Never had his father looked so old and haggard as then. He had seen enough of what was written there to light horror in his eyes and blanch his face to a deadly whiteness.

“Tell me then,” he said.

Colin sat down on the edge of his father’s chair.

“It’s a terrible story,” he said, “and I hoped you should never know it. But it seems inevitable. And remember, father, as I tell you, that Raymond is dead....”

His voice failed for a moment.

“That means forgiveness, doesn’t it?” he said. “Death is forgiveness; you see what I mean. It’s—it’s you who have to teach me that; you will see.”

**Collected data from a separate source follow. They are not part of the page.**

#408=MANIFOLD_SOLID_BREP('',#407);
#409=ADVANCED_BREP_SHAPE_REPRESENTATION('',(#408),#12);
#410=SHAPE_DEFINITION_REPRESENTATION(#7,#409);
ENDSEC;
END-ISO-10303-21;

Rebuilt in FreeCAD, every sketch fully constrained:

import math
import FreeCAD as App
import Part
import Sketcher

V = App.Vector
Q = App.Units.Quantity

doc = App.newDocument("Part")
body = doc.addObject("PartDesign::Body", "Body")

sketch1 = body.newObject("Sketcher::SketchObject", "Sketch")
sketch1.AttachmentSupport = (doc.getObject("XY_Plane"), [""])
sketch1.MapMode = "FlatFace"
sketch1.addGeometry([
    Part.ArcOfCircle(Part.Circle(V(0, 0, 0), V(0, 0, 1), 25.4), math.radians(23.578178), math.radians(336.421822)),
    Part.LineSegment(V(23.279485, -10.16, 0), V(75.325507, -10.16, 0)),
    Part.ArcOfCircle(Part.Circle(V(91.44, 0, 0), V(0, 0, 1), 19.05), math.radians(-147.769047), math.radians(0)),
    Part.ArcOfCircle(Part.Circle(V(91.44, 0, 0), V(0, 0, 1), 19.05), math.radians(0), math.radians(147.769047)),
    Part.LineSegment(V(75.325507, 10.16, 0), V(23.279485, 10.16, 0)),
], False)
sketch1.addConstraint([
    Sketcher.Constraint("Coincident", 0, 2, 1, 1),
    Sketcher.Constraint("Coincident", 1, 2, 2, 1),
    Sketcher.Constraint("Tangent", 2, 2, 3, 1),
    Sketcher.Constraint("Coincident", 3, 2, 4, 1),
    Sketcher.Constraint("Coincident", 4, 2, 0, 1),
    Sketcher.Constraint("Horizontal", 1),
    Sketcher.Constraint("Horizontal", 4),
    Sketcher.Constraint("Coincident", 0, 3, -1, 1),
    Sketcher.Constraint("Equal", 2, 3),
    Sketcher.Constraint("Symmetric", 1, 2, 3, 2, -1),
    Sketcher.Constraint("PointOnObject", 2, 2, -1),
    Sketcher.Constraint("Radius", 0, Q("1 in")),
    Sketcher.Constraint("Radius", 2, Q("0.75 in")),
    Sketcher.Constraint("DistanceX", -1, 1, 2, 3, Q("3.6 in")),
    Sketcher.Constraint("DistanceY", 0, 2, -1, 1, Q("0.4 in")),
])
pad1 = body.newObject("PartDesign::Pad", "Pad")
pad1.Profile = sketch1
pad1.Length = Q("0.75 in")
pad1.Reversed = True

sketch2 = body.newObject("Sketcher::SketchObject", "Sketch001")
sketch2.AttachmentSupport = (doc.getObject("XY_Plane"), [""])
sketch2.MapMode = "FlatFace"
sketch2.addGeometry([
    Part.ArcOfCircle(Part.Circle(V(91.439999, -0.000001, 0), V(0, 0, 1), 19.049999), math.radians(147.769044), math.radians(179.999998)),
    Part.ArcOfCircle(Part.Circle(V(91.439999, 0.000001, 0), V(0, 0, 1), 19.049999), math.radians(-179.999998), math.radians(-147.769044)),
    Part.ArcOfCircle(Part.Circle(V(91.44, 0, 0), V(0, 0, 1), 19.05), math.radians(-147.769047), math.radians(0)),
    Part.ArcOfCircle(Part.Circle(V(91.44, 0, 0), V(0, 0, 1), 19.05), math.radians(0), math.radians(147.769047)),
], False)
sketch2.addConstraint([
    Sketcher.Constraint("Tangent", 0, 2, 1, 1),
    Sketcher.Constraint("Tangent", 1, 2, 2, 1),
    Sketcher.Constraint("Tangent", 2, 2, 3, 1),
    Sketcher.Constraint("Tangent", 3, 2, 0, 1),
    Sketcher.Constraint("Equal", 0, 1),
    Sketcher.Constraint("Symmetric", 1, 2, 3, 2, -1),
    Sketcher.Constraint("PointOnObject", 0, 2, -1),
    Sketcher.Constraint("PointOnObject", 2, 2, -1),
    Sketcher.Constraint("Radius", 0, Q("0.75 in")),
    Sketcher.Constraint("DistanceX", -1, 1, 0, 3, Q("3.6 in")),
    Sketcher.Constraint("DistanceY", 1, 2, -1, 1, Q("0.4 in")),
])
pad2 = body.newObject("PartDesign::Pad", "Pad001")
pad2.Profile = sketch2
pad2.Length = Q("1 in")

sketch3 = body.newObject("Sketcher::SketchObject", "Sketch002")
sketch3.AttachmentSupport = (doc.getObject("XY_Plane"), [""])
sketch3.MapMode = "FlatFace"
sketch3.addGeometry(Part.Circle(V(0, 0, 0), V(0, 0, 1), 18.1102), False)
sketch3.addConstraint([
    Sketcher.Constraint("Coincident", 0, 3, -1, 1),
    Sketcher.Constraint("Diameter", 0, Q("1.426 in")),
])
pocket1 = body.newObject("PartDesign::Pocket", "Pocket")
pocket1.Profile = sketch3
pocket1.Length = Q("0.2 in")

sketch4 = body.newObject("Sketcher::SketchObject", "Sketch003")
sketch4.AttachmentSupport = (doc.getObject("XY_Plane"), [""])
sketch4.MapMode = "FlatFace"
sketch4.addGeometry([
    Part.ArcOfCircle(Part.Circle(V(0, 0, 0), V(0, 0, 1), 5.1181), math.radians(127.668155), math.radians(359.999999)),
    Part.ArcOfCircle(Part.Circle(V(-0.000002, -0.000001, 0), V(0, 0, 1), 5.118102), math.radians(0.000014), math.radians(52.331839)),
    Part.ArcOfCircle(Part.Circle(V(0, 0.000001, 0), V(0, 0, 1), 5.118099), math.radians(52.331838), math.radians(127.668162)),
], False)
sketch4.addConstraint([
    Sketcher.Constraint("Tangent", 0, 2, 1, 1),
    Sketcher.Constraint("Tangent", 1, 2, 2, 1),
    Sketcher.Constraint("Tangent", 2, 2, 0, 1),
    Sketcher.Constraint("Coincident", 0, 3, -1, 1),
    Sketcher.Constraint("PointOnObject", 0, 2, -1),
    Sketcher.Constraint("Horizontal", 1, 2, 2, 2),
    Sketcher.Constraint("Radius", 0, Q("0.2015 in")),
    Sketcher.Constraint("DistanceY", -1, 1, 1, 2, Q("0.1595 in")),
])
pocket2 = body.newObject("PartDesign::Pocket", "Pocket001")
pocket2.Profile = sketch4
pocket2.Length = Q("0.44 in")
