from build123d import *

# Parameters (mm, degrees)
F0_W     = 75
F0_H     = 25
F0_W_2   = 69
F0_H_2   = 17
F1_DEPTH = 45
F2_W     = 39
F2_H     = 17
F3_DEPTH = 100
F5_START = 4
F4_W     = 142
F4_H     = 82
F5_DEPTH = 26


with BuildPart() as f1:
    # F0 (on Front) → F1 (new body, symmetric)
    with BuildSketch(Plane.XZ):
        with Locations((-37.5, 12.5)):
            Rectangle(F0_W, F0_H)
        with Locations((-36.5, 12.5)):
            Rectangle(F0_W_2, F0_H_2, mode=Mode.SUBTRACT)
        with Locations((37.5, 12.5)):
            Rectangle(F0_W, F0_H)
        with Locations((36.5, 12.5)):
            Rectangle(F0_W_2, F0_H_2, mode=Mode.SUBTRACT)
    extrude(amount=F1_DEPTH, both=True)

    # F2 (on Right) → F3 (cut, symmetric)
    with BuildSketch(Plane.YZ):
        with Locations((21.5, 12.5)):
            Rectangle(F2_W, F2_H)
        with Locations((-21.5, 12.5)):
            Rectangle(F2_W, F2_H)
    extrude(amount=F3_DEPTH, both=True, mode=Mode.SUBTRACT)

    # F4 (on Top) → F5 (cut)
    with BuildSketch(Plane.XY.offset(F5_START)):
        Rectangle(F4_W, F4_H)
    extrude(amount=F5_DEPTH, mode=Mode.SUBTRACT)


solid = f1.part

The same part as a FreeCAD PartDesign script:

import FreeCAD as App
import Part
import Sketcher
from FreeCAD import Vector
Q = App.Units.Quantity


def add_polygon(sketch, points):
    """Adds a closed chain of lines whose ends are joined by coincident constraints."""
    first, n = sketch.GeometryCount, len(points)
    for a, b in zip(points, points[1:] + points[:1]):
        sketch.addGeometry(Part.LineSegment(App.Vector(*a, 0), App.Vector(*b, 0)), False)
    for i in range(n):
        sketch.addConstraint(Sketcher.Constraint("Coincident", first + i, 2, first + (i + 1) % n, 1))

doc = App.newDocument("Part")
body = doc.addObject("PartDesign::Body", "Body")

# Sketch on XZ plane
sketch1 = body.newObject("Sketcher::SketchObject", "Sketch")
sketch1.AttachmentSupport = (doc.getObject("XZ_Plane"), [""])
sketch1.MapMode = "FlatFace"
add_polygon(sketch1, [(-75, 25), (-75, 0), (75, 0), (75, 25)])  # lines 0-3
add_polygon(sketch1, [(-2, 4), (-71, 4), (-71, 21), (-2, 21)])  # lines 4-7
add_polygon(sketch1, [(71, 4), (2, 4), (2, 21), (71, 21)])  # lines 8-11
sketch1.addConstraint(Sketcher.Constraint("Vertical", 0))
sketch1.addConstraint(Sketcher.Constraint("Horizontal", 1))
sketch1.addConstraint(Sketcher.Constraint("Vertical", 2))
sketch1.addConstraint(Sketcher.Constraint("Horizontal", 3))
sketch1.addConstraint(Sketcher.Constraint("Horizontal", 4))
sketch1.addConstraint(Sketcher.Constraint("Vertical", 5))
sketch1.addConstraint(Sketcher.Constraint("Horizontal", 6))
sketch1.addConstraint(Sketcher.Constraint("Vertical", 7))
sketch1.addConstraint(Sketcher.Constraint("Horizontal", 8))
sketch1.addConstraint(Sketcher.Constraint("Vertical", 9))
sketch1.addConstraint(Sketcher.Constraint("Horizontal", 10))
sketch1.addConstraint(Sketcher.Constraint("Vertical", 11))
sketch1.addConstraint(Sketcher.Constraint("Symmetric", 0, 2, 1, 2, -1, 1))
sketch1.addConstraint(Sketcher.Constraint("Symmetric", 7, 2, 8, 2, -2))
sketch1.addConstraint(Sketcher.Constraint("Symmetric", 5, 2, 10, 2, -2))
sketch1.addConstraint(Sketcher.Constraint("DistanceX", 1, 1, 1, 2, Q("150 mm")))
sketch1.addConstraint(Sketcher.Constraint("DistanceX", 4, 2, 4, 1, Q("69 mm")))
sketch1.addConstraint(Sketcher.Constraint("DistanceY", 0, 2, 0, 1, Q("25 mm")))
sketch1.addConstraint(Sketcher.Constraint("DistanceY", 5, 1, 5, 2, Q("17 mm")))
sketch1.addConstraint(Sketcher.Constraint("DistanceX", 4, 2, -1, 1, Q("71 mm")))
sketch1.addConstraint(Sketcher.Constraint("DistanceY", -1, 1, 4, 2, Q("4 mm")))
pad1 = body.newObject("PartDesign::Pad", "Pad")
pad1.Profile = sketch1
pad1.Length = 90
pad1.Midplane = True

# Sketch on YZ plane
sketch2 = body.newObject("Sketcher::SketchObject", "Sketch001")
sketch2.AttachmentSupport = (doc.getObject("YZ_Plane"), [""])
sketch2.MapMode = "FlatFace"
add_polygon(sketch2, [(2, 21), (2, 4), (41, 4), (41, 21)])  # lines 0-3
add_polygon(sketch2, [(-41, 21), (-41, 4), (-2, 4), (-2, 21)])  # lines 4-7
sketch2.addConstraint(Sketcher.Constraint("Vertical", 0))
sketch2.addConstraint(Sketcher.Constraint("Horizontal", 1))
sketch2.addConstraint(Sketcher.Constraint("Vertical", 2))
sketch2.addConstraint(Sketcher.Constraint("Horizontal", 3))
sketch2.addConstraint(Sketcher.Constraint("Vertical", 4))
sketch2.addConstraint(Sketcher.Constraint("Horizontal", 5))
sketch2.addConstraint(Sketcher.Constraint("Vertical", 6))
sketch2.addConstraint(Sketcher.Constraint("Horizontal", 7))
sketch2.addConstraint(Sketcher.Constraint("Symmetric", 1, 2, 4, 2, -2))
sketch2.addConstraint(Sketcher.Constraint("Symmetric", 3, 2, 6, 2, -2))
sketch2.addConstraint(Sketcher.Constraint("DistanceX", 1, 1, 1, 2, Q("39 mm")))
sketch2.addConstraint(Sketcher.Constraint("DistanceY", 0, 2, 0, 1, Q("17 mm")))
sketch2.addConstraint(Sketcher.Constraint("DistanceX", -1, 1, 0, 2, Q("2 mm")))
sketch2.addConstraint(Sketcher.Constraint("DistanceY", -1, 1, 0, 2, Q("4 mm")))
pocket1 = body.newObject("PartDesign::Pocket", "Pocket")
pocket1.Profile = sketch2
pocket1.Length = 200
pocket1.Midplane = True

# Sketch on XY plane
sketch3 = body.newObject("Sketcher::SketchObject", "Sketch002")
sketch3.AttachmentSupport = (doc.getObject("XY_Plane"), [""])
sketch3.MapMode = "FlatFace"
sketch3.AttachmentOffset = App.Placement(Vector(0, 0, 4), App.Rotation())
add_polygon(sketch3, [(-71, 41), (-71, -41), (71, -41), (71, 41)])  # lines 0-3
sketch3.addConstraint(Sketcher.Constraint("Vertical", 0))
sketch3.addConstraint(Sketcher.Constraint("Horizontal", 1))
sketch3.addConstraint(Sketcher.Constraint("Vertical", 2))
sketch3.addConstraint(Sketcher.Constraint("Horizontal", 3))
sketch3.addConstraint(Sketcher.Constraint("Symmetric", 0, 2, 2, 2, -1, 1))
sketch3.addConstraint(Sketcher.Constraint("DistanceX", 1, 1, 1, 2, Q("142 mm")))
sketch3.addConstraint(Sketcher.Constraint("DistanceY", 0, 2, 0, 1, Q("82 mm")))
pocket2 = body.newObject("PartDesign::Pocket", "Pocket001")
pocket2.Profile = sketch3
pocket2.Length = 26
pocket2.Reversed = True

doc.recompute()
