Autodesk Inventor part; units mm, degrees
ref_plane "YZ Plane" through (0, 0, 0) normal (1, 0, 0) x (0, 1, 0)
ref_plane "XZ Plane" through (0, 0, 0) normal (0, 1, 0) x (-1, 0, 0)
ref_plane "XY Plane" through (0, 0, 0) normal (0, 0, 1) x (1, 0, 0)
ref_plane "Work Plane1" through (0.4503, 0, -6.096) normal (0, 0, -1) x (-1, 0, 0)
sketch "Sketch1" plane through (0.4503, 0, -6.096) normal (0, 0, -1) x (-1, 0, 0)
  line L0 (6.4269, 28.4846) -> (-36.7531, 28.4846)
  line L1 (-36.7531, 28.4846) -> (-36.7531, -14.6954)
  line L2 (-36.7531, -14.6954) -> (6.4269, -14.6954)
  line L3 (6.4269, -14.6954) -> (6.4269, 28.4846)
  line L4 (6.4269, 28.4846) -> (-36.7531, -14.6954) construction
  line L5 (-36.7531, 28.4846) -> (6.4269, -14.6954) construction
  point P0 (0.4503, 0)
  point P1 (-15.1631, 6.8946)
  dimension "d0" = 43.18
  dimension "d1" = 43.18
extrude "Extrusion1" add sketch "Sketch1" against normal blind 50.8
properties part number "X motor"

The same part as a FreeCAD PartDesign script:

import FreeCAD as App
import Part
import Sketcher

V = App.Vector
Q = App.Units.Quantity

doc = App.newDocument("Part")
body = doc.addObject("PartDesign::Body", "Body")

# Sketch on XY plane
sketch1 = body.newObject("Sketcher::SketchObject", "Sketch")
sketch1.AttachmentSupport = (doc.getObject("XY_Plane"), [""])
sketch1.MapMode = "FlatFace"
sketch1.AttachmentOffset = App.Placement(V(0, 0, -0.24 * 25.4), App.Rotation())
sketch1.addGeometry([
    Part.LineSegment(V(-5.9766, -14.6954, 0), V(-5.9766, 28.4846, 0)),
    Part.LineSegment(V(-5.9766, 28.4846, 0), V(37.2034, 28.4846, 0)),
    Part.LineSegment(V(37.2034, 28.4846, 0), V(37.2034, -14.6954, 0)),
    Part.LineSegment(V(37.2034, -14.6954, 0), V(-5.9766, -14.6954, 0)),
], False)
sketch1.addConstraint([
    Sketcher.Constraint("Coincident", 0, 2, 1, 1),
    Sketcher.Constraint("Coincident", 1, 2, 2, 1),
    Sketcher.Constraint("Coincident", 2, 2, 3, 1),
    Sketcher.Constraint("Coincident", 3, 2, 0, 1),
    Sketcher.Constraint("Vertical", 0),
    Sketcher.Constraint("Horizontal", 1),
    Sketcher.Constraint("Vertical", 2),
    Sketcher.Constraint("Horizontal", 3),
    Sketcher.Constraint("Equal", 3, 0),
    Sketcher.Constraint("DistanceX", 1, 1, 1, 2, Q("1.7 in")),
    Sketcher.Constraint("DistanceX", 0, 2, -1, 1, Q("0.2353 in")),
    Sketcher.Constraint("DistanceY", -1, 1, 0, 2, Q("28.4846 mm")),
])
pad1 = body.newObject("PartDesign::Pad", "Pad")
pad1.Profile = sketch1
pad1.Length = Q("2 in")

doc.recompute()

He collected himself again.

“It was after I came back from Capri in the summer, and after Vi was engaged to me,” he said, “that what is referred to there took place. He—poor Raymond—always hated me. He thought I had your love, which should have been his as well. And then I had Violet’s love, after she had accepted him for her husband. There was a thought in that which made it so bitter that—that it poisoned him. He got poisoned; you must think of it like that. And the thought, Raymond’s poisoned thought, was this: He knew that Violet had the passion for Stanier which you and I have. Yet when she was face to face with the marriage to him, she gave up Stanier. Father dear, it wasn’t my fault that I loved her, you didn’t think it was when I told you out in Capri? And it wasn’t her fault when she fell in love with me.”

“No, Colin,” he said. “Love is like that. Go on, my dear.”

Colin spoke with difficulty now.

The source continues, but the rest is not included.